Porcine embryo transcriptome profiling

For the microarray data from the pooled embryos, the threshold for positive spot selection was calculated similar to that for the COC experiment. Approximately 28,597 transcripts were detected from pooled porcine embryos of 2-cell, 4-cell and 8-cell stages (Additional file 13). It should be noted that in this study our intent was not to quantify gene expression between different developmental stages, but to simply identify genes, from the literature that may be present in the 2- to 8-cell stages. Very little is known regarding global gene expression during these early cleavage stages in the pig. Sequencing from the porcine EST project on early developmental stages have been generated from in vitro- and in vivo-derived four-cell embryos [19]. Most of the ESTs were poorly annotated at that time and only few highly expressed genes, such as porcine casein kinase II beta subunit (CSNK2B), cyclin-dependent kinase-2 alpha (CDK2), ribosomal protein S10 (RPS10) and eukaryotic translation initiation factor 3 (EIF3), were identified in 4-cell embryos. However, these genes were both identified and expressed in our COC and embryo expression data (Additional file 12 and Additional file 13). Later, the same group using a cDNA microarray to demonstrate the mRNA expression patterns from 4-cell embryos, detected 1409 differentially expressed transcripts (without the Benjamini and Hochberg false-discovery-rate multiple correction test) between the in vitro- and in vivo-produced embryos at the 4-cell stages [57]. However, only four genes (DSTN, PAIP1, UBE4B, NASP) were selected and confirmed by real-time PCR. This group also established that the gene expression levels from in vitro- produced embryos were very high for DSTN & PAIP1 and very low for UBE4B and NASP when compared to in vivo-produced 2-cell embryos.
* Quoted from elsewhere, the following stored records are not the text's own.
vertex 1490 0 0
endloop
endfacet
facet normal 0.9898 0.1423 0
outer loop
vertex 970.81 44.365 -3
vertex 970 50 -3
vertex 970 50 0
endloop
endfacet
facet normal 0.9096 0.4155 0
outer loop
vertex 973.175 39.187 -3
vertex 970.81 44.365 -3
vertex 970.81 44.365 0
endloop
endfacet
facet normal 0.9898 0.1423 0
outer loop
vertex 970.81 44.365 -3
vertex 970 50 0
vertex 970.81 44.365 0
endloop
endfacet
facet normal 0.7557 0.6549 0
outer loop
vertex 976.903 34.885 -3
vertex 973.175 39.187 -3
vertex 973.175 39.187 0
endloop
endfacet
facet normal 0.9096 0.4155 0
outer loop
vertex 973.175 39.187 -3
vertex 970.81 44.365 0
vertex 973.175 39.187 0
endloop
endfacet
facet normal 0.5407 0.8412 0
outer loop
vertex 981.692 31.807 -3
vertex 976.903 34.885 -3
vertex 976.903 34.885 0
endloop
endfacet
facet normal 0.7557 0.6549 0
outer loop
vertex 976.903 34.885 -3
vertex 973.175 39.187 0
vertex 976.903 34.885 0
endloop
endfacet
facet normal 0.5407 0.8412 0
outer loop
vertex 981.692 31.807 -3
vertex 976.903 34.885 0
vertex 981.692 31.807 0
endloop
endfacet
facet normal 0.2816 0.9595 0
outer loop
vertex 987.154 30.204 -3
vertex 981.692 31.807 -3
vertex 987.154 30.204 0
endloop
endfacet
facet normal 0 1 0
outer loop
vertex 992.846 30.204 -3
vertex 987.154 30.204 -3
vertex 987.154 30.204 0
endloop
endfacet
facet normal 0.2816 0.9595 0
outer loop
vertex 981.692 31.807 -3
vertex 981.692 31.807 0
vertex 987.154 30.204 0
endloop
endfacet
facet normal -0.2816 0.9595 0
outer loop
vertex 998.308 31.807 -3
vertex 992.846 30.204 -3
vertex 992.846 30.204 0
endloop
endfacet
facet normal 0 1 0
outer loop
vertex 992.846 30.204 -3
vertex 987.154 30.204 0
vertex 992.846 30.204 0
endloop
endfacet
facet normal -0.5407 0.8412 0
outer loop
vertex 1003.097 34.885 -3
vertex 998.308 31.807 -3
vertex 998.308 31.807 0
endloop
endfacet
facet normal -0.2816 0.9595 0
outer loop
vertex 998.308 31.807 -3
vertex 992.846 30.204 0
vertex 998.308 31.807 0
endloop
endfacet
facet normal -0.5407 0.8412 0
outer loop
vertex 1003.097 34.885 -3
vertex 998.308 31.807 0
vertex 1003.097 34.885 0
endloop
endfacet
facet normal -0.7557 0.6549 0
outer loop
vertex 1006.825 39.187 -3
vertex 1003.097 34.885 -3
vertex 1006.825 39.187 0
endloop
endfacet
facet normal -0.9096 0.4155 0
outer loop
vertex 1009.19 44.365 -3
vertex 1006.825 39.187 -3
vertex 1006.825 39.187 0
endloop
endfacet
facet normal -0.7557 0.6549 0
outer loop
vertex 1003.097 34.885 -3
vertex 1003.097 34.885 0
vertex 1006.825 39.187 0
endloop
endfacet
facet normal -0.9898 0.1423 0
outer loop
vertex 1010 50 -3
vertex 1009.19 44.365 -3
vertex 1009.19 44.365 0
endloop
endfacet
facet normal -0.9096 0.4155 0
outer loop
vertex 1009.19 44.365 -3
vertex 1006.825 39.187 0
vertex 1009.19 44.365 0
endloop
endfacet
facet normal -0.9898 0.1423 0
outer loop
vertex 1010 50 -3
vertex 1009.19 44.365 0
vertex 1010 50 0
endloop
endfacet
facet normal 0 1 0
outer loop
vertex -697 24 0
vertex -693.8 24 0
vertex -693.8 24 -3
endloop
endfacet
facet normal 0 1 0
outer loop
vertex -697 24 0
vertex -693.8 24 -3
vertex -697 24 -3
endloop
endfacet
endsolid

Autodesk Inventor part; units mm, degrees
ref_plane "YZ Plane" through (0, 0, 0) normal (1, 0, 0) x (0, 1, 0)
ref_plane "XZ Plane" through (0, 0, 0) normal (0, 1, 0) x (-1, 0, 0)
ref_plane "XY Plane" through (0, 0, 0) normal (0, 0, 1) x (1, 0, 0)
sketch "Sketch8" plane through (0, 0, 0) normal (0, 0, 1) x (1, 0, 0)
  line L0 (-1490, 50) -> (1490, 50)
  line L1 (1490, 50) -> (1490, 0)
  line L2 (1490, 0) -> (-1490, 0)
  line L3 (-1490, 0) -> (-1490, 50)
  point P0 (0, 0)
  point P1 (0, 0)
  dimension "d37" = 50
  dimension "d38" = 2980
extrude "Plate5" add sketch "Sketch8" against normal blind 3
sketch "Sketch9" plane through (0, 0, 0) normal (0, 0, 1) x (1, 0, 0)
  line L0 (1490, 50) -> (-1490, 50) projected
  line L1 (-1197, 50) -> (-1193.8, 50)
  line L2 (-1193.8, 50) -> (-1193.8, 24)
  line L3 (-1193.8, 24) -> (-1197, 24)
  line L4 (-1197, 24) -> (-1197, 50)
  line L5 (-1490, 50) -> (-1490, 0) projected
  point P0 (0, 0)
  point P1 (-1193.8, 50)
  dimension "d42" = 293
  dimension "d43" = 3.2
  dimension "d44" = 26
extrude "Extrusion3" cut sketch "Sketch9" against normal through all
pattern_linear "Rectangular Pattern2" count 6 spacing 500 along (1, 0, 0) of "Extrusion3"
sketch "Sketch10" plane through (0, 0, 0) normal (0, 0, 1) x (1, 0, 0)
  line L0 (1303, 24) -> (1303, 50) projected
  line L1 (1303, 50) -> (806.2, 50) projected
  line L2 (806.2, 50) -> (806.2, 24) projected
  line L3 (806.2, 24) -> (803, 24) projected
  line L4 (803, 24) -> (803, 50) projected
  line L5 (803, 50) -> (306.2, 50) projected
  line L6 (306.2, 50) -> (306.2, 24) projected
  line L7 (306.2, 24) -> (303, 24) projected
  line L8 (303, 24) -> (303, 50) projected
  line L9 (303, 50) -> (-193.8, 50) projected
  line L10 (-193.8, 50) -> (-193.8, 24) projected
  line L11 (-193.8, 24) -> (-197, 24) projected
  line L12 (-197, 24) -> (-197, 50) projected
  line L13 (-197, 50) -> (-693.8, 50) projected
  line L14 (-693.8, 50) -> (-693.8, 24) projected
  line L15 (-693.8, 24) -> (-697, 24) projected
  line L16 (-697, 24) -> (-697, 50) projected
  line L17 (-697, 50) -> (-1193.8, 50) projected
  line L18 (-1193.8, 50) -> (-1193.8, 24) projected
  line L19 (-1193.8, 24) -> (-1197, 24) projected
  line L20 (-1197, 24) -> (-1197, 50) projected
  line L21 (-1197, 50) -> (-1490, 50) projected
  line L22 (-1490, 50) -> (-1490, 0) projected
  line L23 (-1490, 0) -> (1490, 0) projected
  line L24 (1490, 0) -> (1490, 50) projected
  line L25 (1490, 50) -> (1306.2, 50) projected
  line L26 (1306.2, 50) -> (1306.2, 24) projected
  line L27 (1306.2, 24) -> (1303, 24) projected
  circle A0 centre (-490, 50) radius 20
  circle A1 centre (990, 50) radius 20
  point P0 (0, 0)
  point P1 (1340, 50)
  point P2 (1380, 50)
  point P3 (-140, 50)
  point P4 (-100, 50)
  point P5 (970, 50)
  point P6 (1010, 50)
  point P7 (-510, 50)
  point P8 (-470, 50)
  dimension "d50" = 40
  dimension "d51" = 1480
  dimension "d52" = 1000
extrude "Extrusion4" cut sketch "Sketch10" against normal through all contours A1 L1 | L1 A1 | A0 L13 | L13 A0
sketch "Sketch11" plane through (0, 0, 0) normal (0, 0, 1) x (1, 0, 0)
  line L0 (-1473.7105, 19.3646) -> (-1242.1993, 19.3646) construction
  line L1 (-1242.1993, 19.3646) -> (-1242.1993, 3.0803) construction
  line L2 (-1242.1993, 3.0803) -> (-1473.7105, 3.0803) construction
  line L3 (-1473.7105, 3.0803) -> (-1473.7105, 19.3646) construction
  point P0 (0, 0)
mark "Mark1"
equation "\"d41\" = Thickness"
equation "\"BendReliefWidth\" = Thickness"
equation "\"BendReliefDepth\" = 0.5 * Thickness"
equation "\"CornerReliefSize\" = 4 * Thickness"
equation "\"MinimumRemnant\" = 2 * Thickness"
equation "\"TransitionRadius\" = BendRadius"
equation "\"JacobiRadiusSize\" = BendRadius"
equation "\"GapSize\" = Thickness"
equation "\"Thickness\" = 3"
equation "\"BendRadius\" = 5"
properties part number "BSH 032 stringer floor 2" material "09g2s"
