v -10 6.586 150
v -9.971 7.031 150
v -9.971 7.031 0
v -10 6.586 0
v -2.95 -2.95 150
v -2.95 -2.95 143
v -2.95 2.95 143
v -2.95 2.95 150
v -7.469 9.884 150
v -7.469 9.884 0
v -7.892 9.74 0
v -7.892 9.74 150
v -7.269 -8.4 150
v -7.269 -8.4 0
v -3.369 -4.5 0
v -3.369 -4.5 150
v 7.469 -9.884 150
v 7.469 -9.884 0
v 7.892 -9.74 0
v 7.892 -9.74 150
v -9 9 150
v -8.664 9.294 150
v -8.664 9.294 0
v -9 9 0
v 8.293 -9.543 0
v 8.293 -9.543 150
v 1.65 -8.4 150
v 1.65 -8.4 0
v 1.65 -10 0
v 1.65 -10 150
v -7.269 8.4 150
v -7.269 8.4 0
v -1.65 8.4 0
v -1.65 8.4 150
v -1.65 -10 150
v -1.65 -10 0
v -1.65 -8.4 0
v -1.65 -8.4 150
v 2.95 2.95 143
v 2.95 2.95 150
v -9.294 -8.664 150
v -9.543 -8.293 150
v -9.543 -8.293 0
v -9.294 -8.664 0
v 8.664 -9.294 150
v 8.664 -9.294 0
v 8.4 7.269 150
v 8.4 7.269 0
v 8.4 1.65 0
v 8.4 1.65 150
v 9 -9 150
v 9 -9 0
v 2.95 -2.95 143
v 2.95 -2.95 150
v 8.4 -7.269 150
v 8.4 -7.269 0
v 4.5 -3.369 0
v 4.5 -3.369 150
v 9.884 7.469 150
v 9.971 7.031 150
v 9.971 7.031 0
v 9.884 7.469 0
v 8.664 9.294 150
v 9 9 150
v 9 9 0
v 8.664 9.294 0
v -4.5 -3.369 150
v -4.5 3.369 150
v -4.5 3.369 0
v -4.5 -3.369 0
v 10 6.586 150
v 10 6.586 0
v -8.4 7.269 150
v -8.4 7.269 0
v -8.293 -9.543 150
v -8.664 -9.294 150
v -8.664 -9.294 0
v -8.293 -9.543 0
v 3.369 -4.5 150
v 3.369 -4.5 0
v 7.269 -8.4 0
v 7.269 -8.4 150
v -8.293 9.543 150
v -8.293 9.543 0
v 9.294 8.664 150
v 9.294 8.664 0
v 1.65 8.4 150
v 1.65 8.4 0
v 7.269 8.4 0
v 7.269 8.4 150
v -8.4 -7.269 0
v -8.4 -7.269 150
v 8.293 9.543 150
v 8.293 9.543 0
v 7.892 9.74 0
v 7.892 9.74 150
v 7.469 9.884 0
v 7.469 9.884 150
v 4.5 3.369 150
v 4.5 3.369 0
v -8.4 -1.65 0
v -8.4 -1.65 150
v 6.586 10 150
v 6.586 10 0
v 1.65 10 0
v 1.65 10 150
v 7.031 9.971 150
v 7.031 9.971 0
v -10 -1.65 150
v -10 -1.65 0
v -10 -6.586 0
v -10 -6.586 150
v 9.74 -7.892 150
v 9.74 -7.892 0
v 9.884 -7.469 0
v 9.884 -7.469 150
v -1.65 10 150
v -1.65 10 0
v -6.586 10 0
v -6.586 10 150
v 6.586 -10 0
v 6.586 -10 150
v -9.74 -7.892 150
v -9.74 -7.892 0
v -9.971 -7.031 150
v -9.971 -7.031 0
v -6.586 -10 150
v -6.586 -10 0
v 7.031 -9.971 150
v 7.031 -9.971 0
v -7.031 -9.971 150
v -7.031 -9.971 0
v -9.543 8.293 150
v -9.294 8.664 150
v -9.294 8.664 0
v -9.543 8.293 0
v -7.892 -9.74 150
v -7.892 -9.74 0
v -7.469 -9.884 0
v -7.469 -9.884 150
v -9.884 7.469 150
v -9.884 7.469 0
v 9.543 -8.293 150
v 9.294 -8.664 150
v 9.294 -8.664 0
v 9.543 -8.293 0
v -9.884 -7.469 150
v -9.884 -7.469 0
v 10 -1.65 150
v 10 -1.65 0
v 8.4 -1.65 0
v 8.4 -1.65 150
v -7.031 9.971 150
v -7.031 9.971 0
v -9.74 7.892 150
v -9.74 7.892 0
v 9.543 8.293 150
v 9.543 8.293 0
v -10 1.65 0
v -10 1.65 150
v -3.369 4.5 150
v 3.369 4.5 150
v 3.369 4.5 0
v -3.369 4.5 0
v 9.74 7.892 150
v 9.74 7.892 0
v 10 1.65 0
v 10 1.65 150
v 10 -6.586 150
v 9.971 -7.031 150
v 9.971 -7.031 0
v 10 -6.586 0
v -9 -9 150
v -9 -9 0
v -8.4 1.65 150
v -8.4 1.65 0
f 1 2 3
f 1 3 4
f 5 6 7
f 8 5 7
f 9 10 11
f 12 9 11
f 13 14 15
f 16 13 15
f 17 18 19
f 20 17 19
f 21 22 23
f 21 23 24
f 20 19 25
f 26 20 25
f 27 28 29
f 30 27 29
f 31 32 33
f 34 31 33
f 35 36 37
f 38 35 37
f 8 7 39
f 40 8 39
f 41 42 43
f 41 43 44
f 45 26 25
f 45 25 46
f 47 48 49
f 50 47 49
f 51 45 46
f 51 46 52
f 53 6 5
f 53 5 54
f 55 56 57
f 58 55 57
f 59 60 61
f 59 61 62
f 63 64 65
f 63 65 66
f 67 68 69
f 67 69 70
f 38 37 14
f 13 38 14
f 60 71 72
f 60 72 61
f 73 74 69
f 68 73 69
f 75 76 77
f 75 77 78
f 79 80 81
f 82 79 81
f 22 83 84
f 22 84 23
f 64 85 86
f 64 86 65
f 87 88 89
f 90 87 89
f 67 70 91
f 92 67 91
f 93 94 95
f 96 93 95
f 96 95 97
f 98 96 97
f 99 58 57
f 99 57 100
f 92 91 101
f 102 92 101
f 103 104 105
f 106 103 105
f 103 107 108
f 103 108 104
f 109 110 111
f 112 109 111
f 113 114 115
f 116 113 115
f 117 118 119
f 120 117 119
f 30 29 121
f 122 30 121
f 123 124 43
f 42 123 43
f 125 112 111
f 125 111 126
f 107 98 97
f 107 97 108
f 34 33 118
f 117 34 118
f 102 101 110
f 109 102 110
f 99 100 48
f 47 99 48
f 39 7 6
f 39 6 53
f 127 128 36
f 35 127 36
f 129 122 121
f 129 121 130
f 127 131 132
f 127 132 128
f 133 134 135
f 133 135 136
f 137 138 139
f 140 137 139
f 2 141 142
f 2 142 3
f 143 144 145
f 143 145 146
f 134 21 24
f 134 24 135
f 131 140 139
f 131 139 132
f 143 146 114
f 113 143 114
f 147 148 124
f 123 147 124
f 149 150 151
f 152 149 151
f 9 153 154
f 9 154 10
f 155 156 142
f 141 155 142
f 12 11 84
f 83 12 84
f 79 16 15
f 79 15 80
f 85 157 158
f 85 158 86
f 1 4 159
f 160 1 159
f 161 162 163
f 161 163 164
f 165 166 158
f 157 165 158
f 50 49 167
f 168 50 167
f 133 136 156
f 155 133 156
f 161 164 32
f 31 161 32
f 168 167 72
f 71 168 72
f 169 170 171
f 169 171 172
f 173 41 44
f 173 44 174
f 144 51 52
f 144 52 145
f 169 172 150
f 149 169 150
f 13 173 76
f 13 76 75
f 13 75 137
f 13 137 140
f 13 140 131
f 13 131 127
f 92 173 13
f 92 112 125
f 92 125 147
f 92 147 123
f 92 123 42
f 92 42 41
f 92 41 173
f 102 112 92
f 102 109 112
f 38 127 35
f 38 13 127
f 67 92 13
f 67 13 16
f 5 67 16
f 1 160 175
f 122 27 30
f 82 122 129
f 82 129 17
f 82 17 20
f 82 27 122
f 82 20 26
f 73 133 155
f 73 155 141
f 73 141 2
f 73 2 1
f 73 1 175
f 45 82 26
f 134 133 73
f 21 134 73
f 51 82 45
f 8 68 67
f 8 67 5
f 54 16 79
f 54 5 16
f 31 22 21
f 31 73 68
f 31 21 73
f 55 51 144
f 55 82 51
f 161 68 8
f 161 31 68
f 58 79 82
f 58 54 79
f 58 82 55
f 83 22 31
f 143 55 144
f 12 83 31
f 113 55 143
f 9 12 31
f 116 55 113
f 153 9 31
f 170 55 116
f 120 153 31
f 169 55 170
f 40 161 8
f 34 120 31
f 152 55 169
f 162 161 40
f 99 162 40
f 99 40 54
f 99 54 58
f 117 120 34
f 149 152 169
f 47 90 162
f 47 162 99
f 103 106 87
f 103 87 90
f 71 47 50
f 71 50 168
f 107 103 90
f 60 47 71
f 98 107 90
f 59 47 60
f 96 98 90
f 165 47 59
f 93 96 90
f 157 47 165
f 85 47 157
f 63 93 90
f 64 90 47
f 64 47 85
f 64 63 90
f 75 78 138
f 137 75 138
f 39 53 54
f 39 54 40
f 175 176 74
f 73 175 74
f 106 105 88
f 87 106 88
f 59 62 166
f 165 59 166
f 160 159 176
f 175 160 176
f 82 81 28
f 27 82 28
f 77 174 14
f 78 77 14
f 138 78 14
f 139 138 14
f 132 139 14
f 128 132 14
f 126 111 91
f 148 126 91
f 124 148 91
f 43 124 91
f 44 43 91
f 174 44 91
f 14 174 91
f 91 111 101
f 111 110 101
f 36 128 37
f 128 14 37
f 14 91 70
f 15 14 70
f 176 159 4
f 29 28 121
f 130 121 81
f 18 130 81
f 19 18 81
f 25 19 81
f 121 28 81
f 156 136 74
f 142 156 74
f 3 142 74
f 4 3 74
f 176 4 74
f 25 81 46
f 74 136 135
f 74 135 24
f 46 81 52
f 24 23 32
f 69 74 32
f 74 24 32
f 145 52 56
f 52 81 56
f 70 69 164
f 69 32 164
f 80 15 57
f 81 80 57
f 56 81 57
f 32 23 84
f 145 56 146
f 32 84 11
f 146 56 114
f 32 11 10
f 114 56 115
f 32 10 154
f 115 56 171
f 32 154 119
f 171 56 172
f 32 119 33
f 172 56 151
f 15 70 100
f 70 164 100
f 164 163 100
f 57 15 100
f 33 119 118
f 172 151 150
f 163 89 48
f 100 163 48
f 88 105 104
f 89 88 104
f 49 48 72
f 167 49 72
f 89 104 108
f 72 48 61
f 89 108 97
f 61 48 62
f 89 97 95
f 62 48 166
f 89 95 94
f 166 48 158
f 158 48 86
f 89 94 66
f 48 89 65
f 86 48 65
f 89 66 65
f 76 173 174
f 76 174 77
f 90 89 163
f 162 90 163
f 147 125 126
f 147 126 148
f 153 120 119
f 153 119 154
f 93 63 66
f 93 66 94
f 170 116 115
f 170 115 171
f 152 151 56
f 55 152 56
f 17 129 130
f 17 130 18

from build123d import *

# Parameters (mm, degrees)
F1_DEPTH = 150
F3_START = 143
F2_W     = 5.9
F2_H     = 5.9
F3_DEPTH = 14


with BuildPart() as f1:
    # F0 (on Top) → F1 (new body)
    with BuildSketch(Plane.XY):
        Polygon((-8.6642279688, 9.2944640897), (-9.0000005454, 9.0000005454), (-9.2944640897, 8.6642279688), (-9.5425827994, 8.2928939011), (-9.740108966, 7.8923494527), (-9.8836638753, 7.4694502231), (-9.9707914372, 7.0314308605), (-10, 6.5857868932), (-10, 1.6499997364), (-8.4000001454, 1.6499997364), (-8.4000001454, 7.2686289692), (-4.5000002727, 3.3686290964), (-4.5000002727, -3.3686290964), (-8.4000001454, -7.2686289692), (-8.4000001454, -1.6499997364), (-10, -1.6499997364), (-10, -6.5857868932), (-9.9707914372, -7.0314308605), (-9.8836638753, -7.4694502231), (-9.740108966, -7.8923494527), (-9.5425827994, -8.2928939011), (-9.2944640897, -8.6642279688), (-9.0000005454, -9.0000005454), (-8.6642279688, -9.2944640897), (-8.2928939011, -9.5425827994), (-7.8923494527, -9.740108966), (-7.4694502231, -9.8836638753), (-7.0314308605, -9.9707914372), (-6.5857868932, -10), (-1.6499997364, -10), (-1.6499997364, -8.4000001454), (-7.2686289692, -8.4000001454), (-3.3686290964, -4.5000002727), (3.3686290964, -4.5000002727), (7.2686289692, -8.4000001454), (1.6499997364, -8.4000001454), (1.6499997364, -10), (6.5857868932, -10), (7.0314308605, -9.9707914372), (7.4694502231, -9.8836638753), (7.8923494527, -9.740108966), (8.2928939011, -9.5425827994), (8.6642279688, -9.2944640897), (9.0000005454, -9.0000005454), (9.2944640897, -8.6642279688), (9.5425827994, -8.2928939011), (9.740108966, -7.8923494527), (9.8836638753, -7.4694502231), (9.9707914372, -7.0314308605), (10, -6.5857868932), (10, -1.6499997364), (8.4000001454, -1.6499997364), (8.4000001454, -7.2686289692), (4.5000002727, -3.3686290964), (4.5000002727, 3.3686290964), (8.4000001454, 7.2686289692), (8.4000001454, 1.6499997364), (10, 1.6499997364), (10, 6.5857868932), (9.9707914372, 7.0314308605), (9.8836638753, 7.4694502231), (9.740108966, 7.8923494527), (9.5425827994, 8.2928939011), (9.2944640897, 8.6642279688), (9.0000005454, 9.0000005454), (8.6642279688, 9.2944640897), (8.2928939011, 9.5425827994), (7.8923494527, 9.740108966), (7.4694502231, 9.8836638753), (7.0314308605, 9.9707914372), (6.5857868932, 10), (1.6499997364, 10), (1.6499997364, 8.4000001454), (7.2686289692, 8.4000001454), (3.3686290964, 4.5000002727), (-3.3686290964, 4.5000002727), (-7.2686289692, 8.4000001454), (-1.6499997364, 8.4000001454), (-1.6499997364, 10), (-6.5857868932, 10), (-7.0314308605, 9.9707914372), (-7.4694502231, 9.8836638753), (-7.8923494527, 9.740108966), (-8.2928939011, 9.5425827994), align=None)
    extrude(amount=F1_DEPTH)

    # F2 (on Top) → F3 (cut)
    with BuildSketch(Plane.XY.offset(F3_START)):
        Rectangle(F2_W, F2_H)
    extrude(amount=F3_DEPTH, mode=Mode.SUBTRACT)


solid = f1.part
Our microarray profiling data for the embryos (Additional file 13) also identified three of these genes (DSTN, PAIP1, UBE4B), while the spot intensity for NASP was below the detectable threshold. Since the microarray data was obtained from a pool of three different developmental stages, further data analysis may be needed to identify if DSTN, PAIP1 and UBE4B are expressed only at the 4-cell stage.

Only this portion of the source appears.